Showing posts with label Upset. Show all posts
Showing posts with label Upset. Show all posts

Wednesday, 18 May 2011

Bad week.

Isn't it depressing when you don't know why you're upset or feeling a bit rubbish? Because I get that an awful lot.
Now is one of those times, I've been feeling a bit crappy all week, maybe because I'm thinking about what my future will be like, I've never been good with boys I like; I'm really confident in front of all my friends, but I get really awkward when put in that sort of situation. I'm also not good with expressing my true feelings to people, I often just break down at the smallest thing, like, if I get picked on in class to answer a question, and I don't know what to say, I sometimes just forget everything, and panic. It's usually because I haven't been listening, I'm easily distracted and find it difficult to concentrate on things I'm not massively interested in. I procrastinate a lot, I can't help it, and when I'm trying to sleep, it feels like there's a million thoughts in my head, all buzzing round. I, and a few friends, think it might be ADHD inattentive type, all my life I've been pretty much like this, and it all adds up.
So, any thoughts on that or am I being a hypochondriac?

Have a picture of the lovely Thom Yorke. Your description of ugly is my description of beautiful.
Now go and watch the video to Fake plastic trees. Listen to it, and let it make you sad. It's a wonderful song, and I love it.

Friday, 22 April 2011

Concern

Bit of a serious topic here..
I was going through my tumblr when I came across a picture a friend of mine had reblogged; it was a picture of the stomach of a girl, she was tiny, must have been about a UK size 6, if that, but not entirely healthy looking, hips jutting out slightly, visible ribs, so I went and had a look at the original source. It upset me, it really, truly did. The blog belonged to a girl who said she longed for the perfect body, and self harmed as an outlet; it was full of tiny, skinny girls, some healthy, but slim, others clearly starving and sick, mentally and physically.
Lets be honest here, girls, who doesn't want to be slim and elegant? Maybe a womenly, curvy, sexy figure? Nearly nobody is completely happy with themselves, including me, I'm about 5'5"-6", UK size 12, got a bit of a belly and chubby legs, I have quite wide hips and a biggish bust, but my waist is a decent size, at 28.5",  I personally like quite having a littleish waist and wider hips, but there's so many bits I'd love to slice off or make disappear. However for some people it's so much different to that, they can't see any bits that they like, hence anorexia sufferers; they convince themselves they are overweight and so much bigger than everyone else, when in reality they are literally starving themsleves to death.
And, I personally blame most of this on the media. Oh the media. Joy. 34"-24"-34". What's that? Just some random numbers? It's the most desireable proportions for a female high fashion model, you also have to be 5'8"-11". Most high fashion models are (obviously) very slim, skinny, even, resulting in an average BMI of 16.3. A healthy BMI is anywhere between 18.5 and 25. And people go around saying anorexia is just a cry for attention?
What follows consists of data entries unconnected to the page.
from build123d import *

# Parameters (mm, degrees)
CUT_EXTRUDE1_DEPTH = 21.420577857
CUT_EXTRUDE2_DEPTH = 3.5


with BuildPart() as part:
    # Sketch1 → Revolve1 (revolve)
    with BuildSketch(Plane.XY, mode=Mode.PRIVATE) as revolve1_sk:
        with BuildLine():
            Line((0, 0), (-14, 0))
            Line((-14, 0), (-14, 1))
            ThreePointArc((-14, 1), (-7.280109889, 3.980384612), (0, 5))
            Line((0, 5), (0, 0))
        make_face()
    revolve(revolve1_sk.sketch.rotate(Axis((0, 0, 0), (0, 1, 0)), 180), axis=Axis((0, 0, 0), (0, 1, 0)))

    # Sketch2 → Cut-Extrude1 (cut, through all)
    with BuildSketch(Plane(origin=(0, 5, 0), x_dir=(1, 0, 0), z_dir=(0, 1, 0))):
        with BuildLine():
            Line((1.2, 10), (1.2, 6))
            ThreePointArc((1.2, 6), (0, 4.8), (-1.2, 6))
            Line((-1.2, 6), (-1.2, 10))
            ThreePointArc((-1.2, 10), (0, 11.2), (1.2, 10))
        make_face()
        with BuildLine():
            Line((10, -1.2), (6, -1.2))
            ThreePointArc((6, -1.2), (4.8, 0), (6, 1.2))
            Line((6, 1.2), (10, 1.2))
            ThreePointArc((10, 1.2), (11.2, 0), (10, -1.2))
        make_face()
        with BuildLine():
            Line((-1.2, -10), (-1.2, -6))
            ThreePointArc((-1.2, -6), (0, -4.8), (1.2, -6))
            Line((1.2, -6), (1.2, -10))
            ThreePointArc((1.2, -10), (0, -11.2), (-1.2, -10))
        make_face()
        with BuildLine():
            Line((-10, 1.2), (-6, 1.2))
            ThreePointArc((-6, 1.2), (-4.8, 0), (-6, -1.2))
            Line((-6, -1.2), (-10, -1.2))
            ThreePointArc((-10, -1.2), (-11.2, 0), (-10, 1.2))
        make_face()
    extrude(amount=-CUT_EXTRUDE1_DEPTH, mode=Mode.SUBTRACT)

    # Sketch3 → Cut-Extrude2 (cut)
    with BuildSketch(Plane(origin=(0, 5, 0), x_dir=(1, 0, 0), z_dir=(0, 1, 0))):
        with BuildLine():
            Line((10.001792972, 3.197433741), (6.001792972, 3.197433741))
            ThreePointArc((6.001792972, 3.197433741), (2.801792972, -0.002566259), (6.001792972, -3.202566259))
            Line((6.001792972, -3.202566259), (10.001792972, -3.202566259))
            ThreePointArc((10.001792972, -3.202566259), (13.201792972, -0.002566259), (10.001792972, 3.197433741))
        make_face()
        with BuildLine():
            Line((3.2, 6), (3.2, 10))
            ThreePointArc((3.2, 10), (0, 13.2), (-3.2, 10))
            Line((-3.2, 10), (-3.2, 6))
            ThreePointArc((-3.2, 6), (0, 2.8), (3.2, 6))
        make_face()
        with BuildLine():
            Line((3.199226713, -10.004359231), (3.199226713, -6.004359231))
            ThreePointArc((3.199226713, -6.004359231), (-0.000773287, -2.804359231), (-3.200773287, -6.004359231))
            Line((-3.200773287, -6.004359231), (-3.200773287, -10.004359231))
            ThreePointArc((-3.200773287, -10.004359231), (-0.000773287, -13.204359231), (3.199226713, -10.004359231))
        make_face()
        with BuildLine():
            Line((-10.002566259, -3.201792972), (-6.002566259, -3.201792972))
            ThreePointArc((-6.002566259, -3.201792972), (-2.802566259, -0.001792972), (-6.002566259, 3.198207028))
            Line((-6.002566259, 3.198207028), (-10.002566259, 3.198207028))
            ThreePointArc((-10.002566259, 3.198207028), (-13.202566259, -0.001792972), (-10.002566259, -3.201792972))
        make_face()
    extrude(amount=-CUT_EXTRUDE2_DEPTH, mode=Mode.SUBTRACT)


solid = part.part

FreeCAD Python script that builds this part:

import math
import FreeCAD as App
import Part
import Sketcher

V = App.Vector

doc = App.newDocument("Part")
body = doc.addObject("PartDesign::Body", "Body")

sketch1 = body.newObject("Sketcher::SketchObject", "Sketch")
sketch1.AttachmentSupport = (doc.getObject("XY_Plane"), [""])
sketch1.MapMode = "FlatFace"
sketch1.addGeometry(Part.LineSegment(V(-14, 0, 0), V(0, 0, 0)), False)
sketch1.addGeometry(Part.LineSegment(V(0, 0, 0), V(0, 5, 0)), False)
sketch1.addGeometry(Part.ArcOfCircle(Part.Circle(V(0, -21.5, 0), V(0, 0, 1), 26.5), math.radians(90), math.radians(121.890792)), False)
sketch1.addGeometry(Part.LineSegment(V(-14, 1, 0), V(-14, 0, 0)), False)
sketch1.addConstraint(Sketcher.Constraint("Coincident", 0, 2, 1, 1))
sketch1.addConstraint(Sketcher.Constraint("Coincident", 1, 2, 2, 1))
sketch1.addConstraint(Sketcher.Constraint("Coincident", 2, 2, 3, 1))
sketch1.addConstraint(Sketcher.Constraint("Coincident", 3, 2, 0, 1))
sketch1.addConstraint(Sketcher.Constraint("Horizontal", 0))
sketch1.addConstraint(Sketcher.Constraint("Vertical", 1))
sketch1.addConstraint(Sketcher.Constraint("Vertical", 3))
sketch1.addConstraint(Sketcher.Constraint("Coincident", 0, 2, -1, 1))
sketch1.addConstraint(Sketcher.Constraint("PointOnObject", 2, 3, -2))
sketch1.addConstraint(Sketcher.Constraint("Radius", 2, 26.5))
sketch1.addConstraint(Sketcher.Constraint("DistanceX", 0, 1, 0, 2, 14.0))
sketch1.addConstraint(Sketcher.Constraint("DistanceY", 1, 1, 1, 2, 5.0))
revolution = body.newObject("PartDesign::Revolution", "Revolution")
revolution.Profile = sketch1
revolution.ReferenceAxis = (sketch1, ["V_Axis"])
revolution.Angle = 360

sketch2 = body.newObject("Sketcher::SketchObject", "Sketch001")
sketch2.AttachmentSupport = (doc.getObject("XZ_Plane"), [""])
sketch2.MapMode = "FlatFace"
sketch2.AttachmentOffset = App.Placement(V(0, 0, -5), App.Rotation())
sketch2.addGeometry(Part.LineSegment(V(1.2, -6, 0), V(1.2, -10, 0)), False)
sketch2.addGeometry(Part.ArcOfCircle(Part.Circle(V(0, -10, 0), V(0, 0, 1), 1.2), math.radians(180), math.radians(360)), False)
sketch2.addGeometry(Part.LineSegment(V(-1.2, -10, 0), V(-1.2, -6, 0)), False)
sketch2.addGeometry(Part.ArcOfCircle(Part.Circle(V(0, -6, 0), V(0, 0, 1), 1.2), math.radians(0), math.radians(180)), False)
sketch2.addGeometry(Part.LineSegment(V(6, 1.2, 0), V(10, 1.2, 0)), False)
sketch2.addGeometry(Part.ArcOfCircle(Part.Circle(V(10, 0, 0), V(0, 0, 1), 1.2), math.radians(-90), math.radians(90)), False)
sketch2.addGeometry(Part.LineSegment(V(10, -1.2, 0), V(6, -1.2, 0)), False)
sketch2.addGeometry(Part.ArcOfCircle(Part.Circle(V(6, 0, 0), V(0, 0, 1), 1.2), math.radians(90), math.radians(270)), False)
sketch2.addGeometry(Part.LineSegment(V(-1.2, 6, 0), V(-1.2, 10, 0)), False)
sketch2.addGeometry(Part.ArcOfCircle(Part.Circle(V(0, 10, 0), V(0, 0, 1), 1.2), math.radians(0), math.radians(180)), False)
sketch2.addGeometry(Part.LineSegment(V(1.2, 10, 0), V(1.2, 6, 0)), False)
sketch2.addGeometry(Part.ArcOfCircle(Part.Circle(V(0, 6, 0), V(0, 0, 1), 1.2), math.radians(180), math.radians(360)), False)
sketch2.addGeometry(Part.LineSegment(V(-6, -1.2, 0), V(-10, -1.2, 0)), False)
sketch2.addGeometry(Part.ArcOfCircle(Part.Circle(V(-10, 0, 0), V(0, 0, 1), 1.2), math.radians(90), math.radians(270)), False)
sketch2.addGeometry(Part.LineSegment(V(-10, 1.2, 0), V(-6, 1.2, 0)), False)
sketch2.addGeometry(Part.ArcOfCircle(Part.Circle(V(-6, 0, 0), V(0, 0, 1), 1.2), math.radians(-90), math.radians(90)), False)
sketch2.addConstraint(Sketcher.Constraint("Tangent", 0, 2, 1, 2))
sketch2.addConstraint(Sketcher.Constraint("Tangent", 1, 1, 2, 1))
sketch2.addConstraint(Sketcher.Constraint("Tangent", 2, 2, 3, 2))
sketch2.addConstraint(Sketcher.Constraint("Tangent", 3, 1, 0, 1))
sketch2.addConstraint(Sketcher.Constraint("Tangent", 4, 2, 5, 2))
sketch2.addConstraint(Sketcher.Constraint("Tangent", 5, 1, 6, 1))
sketch2.addConstraint(Sketcher.Constraint("Tangent", 6, 2, 7, 2))
sketch2.addConstraint(Sketcher.Constraint("Tangent", 7, 1, 4, 1))
sketch2.addConstraint(Sketcher.Constraint("Tangent", 8, 2, 9, 2))
sketch2.addConstraint(Sketcher.Constraint("Tangent", 9, 1, 10, 1))
sketch2.addConstraint(Sketcher.Constraint("Tangent", 10, 2, 11, 2))
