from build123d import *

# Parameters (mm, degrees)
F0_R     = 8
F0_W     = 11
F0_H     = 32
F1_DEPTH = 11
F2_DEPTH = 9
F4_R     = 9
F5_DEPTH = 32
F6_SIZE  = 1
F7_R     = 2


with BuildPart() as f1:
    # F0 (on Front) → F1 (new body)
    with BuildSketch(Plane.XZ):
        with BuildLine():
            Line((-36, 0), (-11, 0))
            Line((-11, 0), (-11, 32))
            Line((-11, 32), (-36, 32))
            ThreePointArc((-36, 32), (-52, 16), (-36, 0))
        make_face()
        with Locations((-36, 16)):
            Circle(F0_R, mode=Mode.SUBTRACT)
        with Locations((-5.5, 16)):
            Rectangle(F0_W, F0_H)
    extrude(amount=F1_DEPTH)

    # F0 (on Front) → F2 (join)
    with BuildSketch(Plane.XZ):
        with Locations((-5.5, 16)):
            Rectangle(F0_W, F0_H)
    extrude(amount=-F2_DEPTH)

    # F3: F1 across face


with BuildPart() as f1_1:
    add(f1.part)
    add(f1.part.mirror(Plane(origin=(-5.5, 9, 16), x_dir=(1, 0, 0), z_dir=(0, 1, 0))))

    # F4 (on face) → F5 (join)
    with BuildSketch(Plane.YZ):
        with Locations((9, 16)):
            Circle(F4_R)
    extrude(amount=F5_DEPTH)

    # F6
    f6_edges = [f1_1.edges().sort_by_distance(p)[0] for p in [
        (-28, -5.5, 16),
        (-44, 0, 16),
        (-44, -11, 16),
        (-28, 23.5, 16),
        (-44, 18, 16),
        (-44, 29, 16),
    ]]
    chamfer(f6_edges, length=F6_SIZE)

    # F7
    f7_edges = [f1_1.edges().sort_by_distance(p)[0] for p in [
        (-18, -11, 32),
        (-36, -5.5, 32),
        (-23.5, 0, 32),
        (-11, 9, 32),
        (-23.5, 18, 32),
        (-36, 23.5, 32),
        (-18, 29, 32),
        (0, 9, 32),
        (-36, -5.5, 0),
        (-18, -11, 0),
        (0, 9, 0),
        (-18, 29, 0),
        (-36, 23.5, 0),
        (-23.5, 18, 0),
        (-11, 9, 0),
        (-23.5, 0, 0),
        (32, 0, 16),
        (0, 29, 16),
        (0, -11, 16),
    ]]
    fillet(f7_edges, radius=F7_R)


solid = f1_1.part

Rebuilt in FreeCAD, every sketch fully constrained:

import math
import FreeCAD as App
import Part
import Sketcher


def edges_at(feature, points):
    """Names of the edges that pass closest to the given points."""
    edges = feature.Shape.Edges
    near = lambda p: min(range(len(edges)), key=lambda i: edges[i].distToShape(Part.Vertex(*p))[0])
    return sorted({f"Edge{near(p) + 1}" for p in points})

doc = App.newDocument("Part")
params = doc.addObject("Spreadsheet::Sheet", "Params")
for row, (alias, value) in enumerate([
    ("sketch1_diameter", "16 mm"),
    ("sketch1_radius", "16 mm"),
    ("sketch1_width", "36 mm"),
    ("pad1_length", "11 mm"),
    ("sketch2_width", "11 mm"),
    ("sketch2_height", "32 mm"),
    ("pad2_length", "9 mm"),
    ("sketch3_diameter", "18 mm"),
    ("pad3_length", "32 mm"),
    ("chamfer_size", "1 mm"),
    ("fillet_radius", "2 mm"),
], start=1):
    params.set(f"A{row}", alias)
    params.set(f"B{row}", "=" + value)
    params.setAlias(f"B{row}", alias)

body = doc.addObject("PartDesign::Body", "Body")

sketch1 = doc.addObject("Sketcher::SketchObject", "Sketch")
body.addObject(sketch1)
sketch1.AttachmentSupport = (doc.XZ_Plane, [""])
sketch1.MapMode = "FlatFace"
sketch1.addGeometry(Part.LineSegment(App.Vector(-36, 0, 0), App.Vector(0, 0, 0)), False)
sketch1.addGeometry(Part.LineSegment(App.Vector(0, 0, 0), App.Vector(0, 32, 0)), False)
sketch1.addGeometry(Part.LineSegment(App.Vector(0, 32, 0), App.Vector(-36, 32, 0)), False)
sketch1.addGeometry(Part.ArcOfCircle(Part.Circle(App.Vector(-36, 16, 0), App.Vector(0, 0, 1), 16), math.radians(90), math.radians(270)), False)
sketch1.addGeometry(Part.Circle(App.Vector(-36, 16, 0), App.Vector(0, 0, 1), 8), False)
sketch1.addConstraint(Sketcher.Constraint("Coincident", 0, 2, 1, 1))
sketch1.addConstraint(Sketcher.Constraint("Coincident", 1, 2, 2, 1))
sketch1.addConstraint(Sketcher.Constraint("Tangent", 2, 2, 3, 1))
sketch1.addConstraint(Sketcher.Constraint("Tangent", 3, 2, 0, 1))
sketch1.addConstraint(Sketcher.Constraint("Horizontal", 0))
sketch1.addConstraint(Sketcher.Constraint("Vertical", 1))
sketch1.addConstraint(Sketcher.Constraint("Horizontal", 2))
sketch1.addConstraint(Sketcher.Constraint("Coincident", 0, 2, -1, 1))
sketch1.addConstraint(Sketcher.Constraint("Coincident", 4, 3, 3, 3))
sketch1.addConstraint(Sketcher.Constraint("Diameter", 4, 16.0))
sketch1.addConstraint(Sketcher.Constraint("Radius", 3, 16.0))
sketch1.addConstraint(Sketcher.Constraint("DistanceX", 0, 1, 0, 2, 36.0))
sketch1.setExpression("Constraints[9]", "Params.sketch1_diameter")
sketch1.setExpression("Constraints[10]", "Params.sketch1_radius")
sketch1.setExpression("Constraints[11]", "Params.sketch1_width")
pad1 = doc.addObject("PartDesign::Pad", "Pad")
body.addObject(pad1)
pad1.Profile = sketch1
pad1.setExpression("Length", "Params.pad1_length")

sketch2 = doc.addObject("Sketcher::SketchObject", "Sketch001")
body.addObject(sketch2)
sketch2.AttachmentSupport = (doc.XZ_Plane, [""])
sketch2.MapMode = "FlatFace"
sketch2.addGeometry(Part.LineSegment(App.Vector(-11, 32, 0), App.Vector(-11, 0, 0)), False)
sketch2.addGeometry(Part.LineSegment(App.Vector(-11, 0, 0), App.Vector(0, 0, 0)), False)
sketch2.addGeometry(Part.LineSegment(App.Vector(0, 0, 0), App.Vector(0, 32, 0)), False)
sketch2.addGeometry(Part.LineSegment(App.Vector(0, 32, 0), App.Vector(-11, 32, 0)), False)
sketch2.addConstraint(Sketcher.Constraint("Coincident", 0, 2, 1, 1))
sketch2.addConstraint(Sketcher.Constraint("Coincident", 1, 2, 2, 1))
sketch2.addConstraint(Sketcher.Constraint("Coincident", 2, 2, 3, 1))
sketch2.addConstraint(Sketcher.Constraint("Coincident", 3, 2, 0, 1))
sketch2.addConstraint(Sketcher.Constraint("Vertical", 0))
sketch2.addConstraint(Sketcher.Constraint("Horizontal", 1))
sketch2.addConstraint(Sketcher.Constraint("Vertical", 2))
sketch2.addConstraint(Sketcher.Constraint("Horizontal", 3))
sketch2.addConstraint(Sketcher.Constraint("Coincident", 1, 2, -1, 1))
sketch2.addConstraint(Sketcher.Constraint("DistanceX", 1, 1, 1, 2, 11.0))
sketch2.addConstraint(Sketcher.Constraint("DistanceY", 0, 2, 0, 1, 32.0))
sketch2.setExpression("Constraints[9]", "Params.sketch2_width")
sketch2.setExpression("Constraints[10]", "Params.sketch2_height")
pad2 = doc.addObject("PartDesign::Pad", "Pad001")
body.addObject(pad2)
pad2.Profile = sketch2
pad2.setExpression("Length", "Params.pad2_length")
pad2.Reversed = True
body2 = doc.addObject("PartDesign::Body", "Body001")
doc.recompute()

body2.BaseFeature = body
doc.recompute()

mirroring = doc.addObject("Part::Mirroring", "Mirroring")
mirroring.Source = body
mirroring.Base = App.Vector(-5.5, 9, 16)
mirroring.Normal = App.Vector(0, 1, 0)
body3 = doc.addObject("PartDesign::Body", "Body002")
body3.BaseFeature = mirroring
boolean = doc.addObject("PartDesign::Boolean", "Boolean")
body2.addObject(boolean)
boolean.Type = "Fuse"
boolean.addObjects([body3])
doc.recompute()

sketch3 = doc.addObject("Sketcher::SketchObject", "Sketch002")
body2.addObject(sketch3)
sketch3.AttachmentSupport = (doc.getObject("YZ_Plane001"), [""])
sketch3.MapMode = "FlatFace"
sketch3.addGeometry(Part.Circle(App.Vector(9, 16, 0), App.Vector(0, 0, 1), 9), False)
sketch3.addConstraint(Sketcher.Constraint("Diameter", 0, 18.0))
sketch3.addConstraint(Sketcher.Constraint("DistanceX", -1, 1, 0, 3, 9.0))
sketch3.addConstraint(Sketcher.Constraint("DistanceY", -1, 1, 0, 3, 16.0))
sketch3.setExpression("Constraints[0]", "Params.sketch3_diameter")
pad3 = doc.addObject("PartDesign::Pad", "Pad002")
body2.addObject(pad3)
pad3.Profile = sketch3
pad3.setExpression("Length", "Params.pad3_length")
doc.recompute()

chamfer = doc.addObject("PartDesign::Chamfer", "Chamfer")
body2.addObject(chamfer)
chamfer.Base = (pad3, edges_at(pad3, [
    (-28, -5.5, 16),
    (-44, 0, 16),
    (-44, -11, 16),
    (-28, 23.5, 16),
    (-44, 18, 16),
    (-44, 29, 16),
]))
chamfer.setExpression("Size", "Params.chamfer_size")
doc.recompute()

fillet = doc.addObject("PartDesign::Fillet", "Fillet")
body2.addObject(fillet)
fillet.Base = (chamfer, edges_at(chamfer, [
    (-18, -11, 32),
    (-36, -5.5, 32),
    (-23.5, 0, 32),
    (-11, 9, 32),
    (-23.5, 18, 32),
    (-36, 23.5, 32),
    (-18, 29, 32),
    (0, 9, 32),
    (-36, -5.5, 0),
    (-18, -11, 0),
    (0, 9, 0),
    (-18, 29, 0),
    (-36, 23.5, 0),
    (-23.5, 18, 0),
    (-11, 9, 0),
    (-23.5, 0, 0),
    (32, 0, 16),
    (0, 29, 16),
    (0, -11, 16),
]))
fillet.setExpression("Radius", "Params.fillet_radius")
mirroring.Visibility = False

doc.recompute()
Eating disorders are illnesses. Mostly mental. Imagine after, lets say years, of convincing yourself you're grossly overweight, someone comes along and tells you to stop attention-seeking and put some weight on. Now, you think you're overweight, and someone tells you to put weight ON, after you've been trying to lose weight? That must sound so ridiculous and slanderous! Plus, having horrendously low self-esteem, "stop attention-seeking!" sounds pretty darn awful.
Overall, have a little thought when you tell someone to "put some weight on!" or "you should calm down on the snacks..." tiny little snide comments like that can really push people over the edge. You can tell someone they're pretty, or beautiful, and they'll maybe believe you for the next few hours, tops. Tell someone they're ugly, fat, or stupid and they'll believe you forever. You can't undo the spoken word, so once it's done. it's done.
Rant over.
*Disclaimer* I have never suffered from an eating disorder, so if my facts are a bit off, please forgive me.
Also I'm sorry if this makes nearly no sense, it's 1 in the morning over here and I decided to do a blog post. Smart, eh?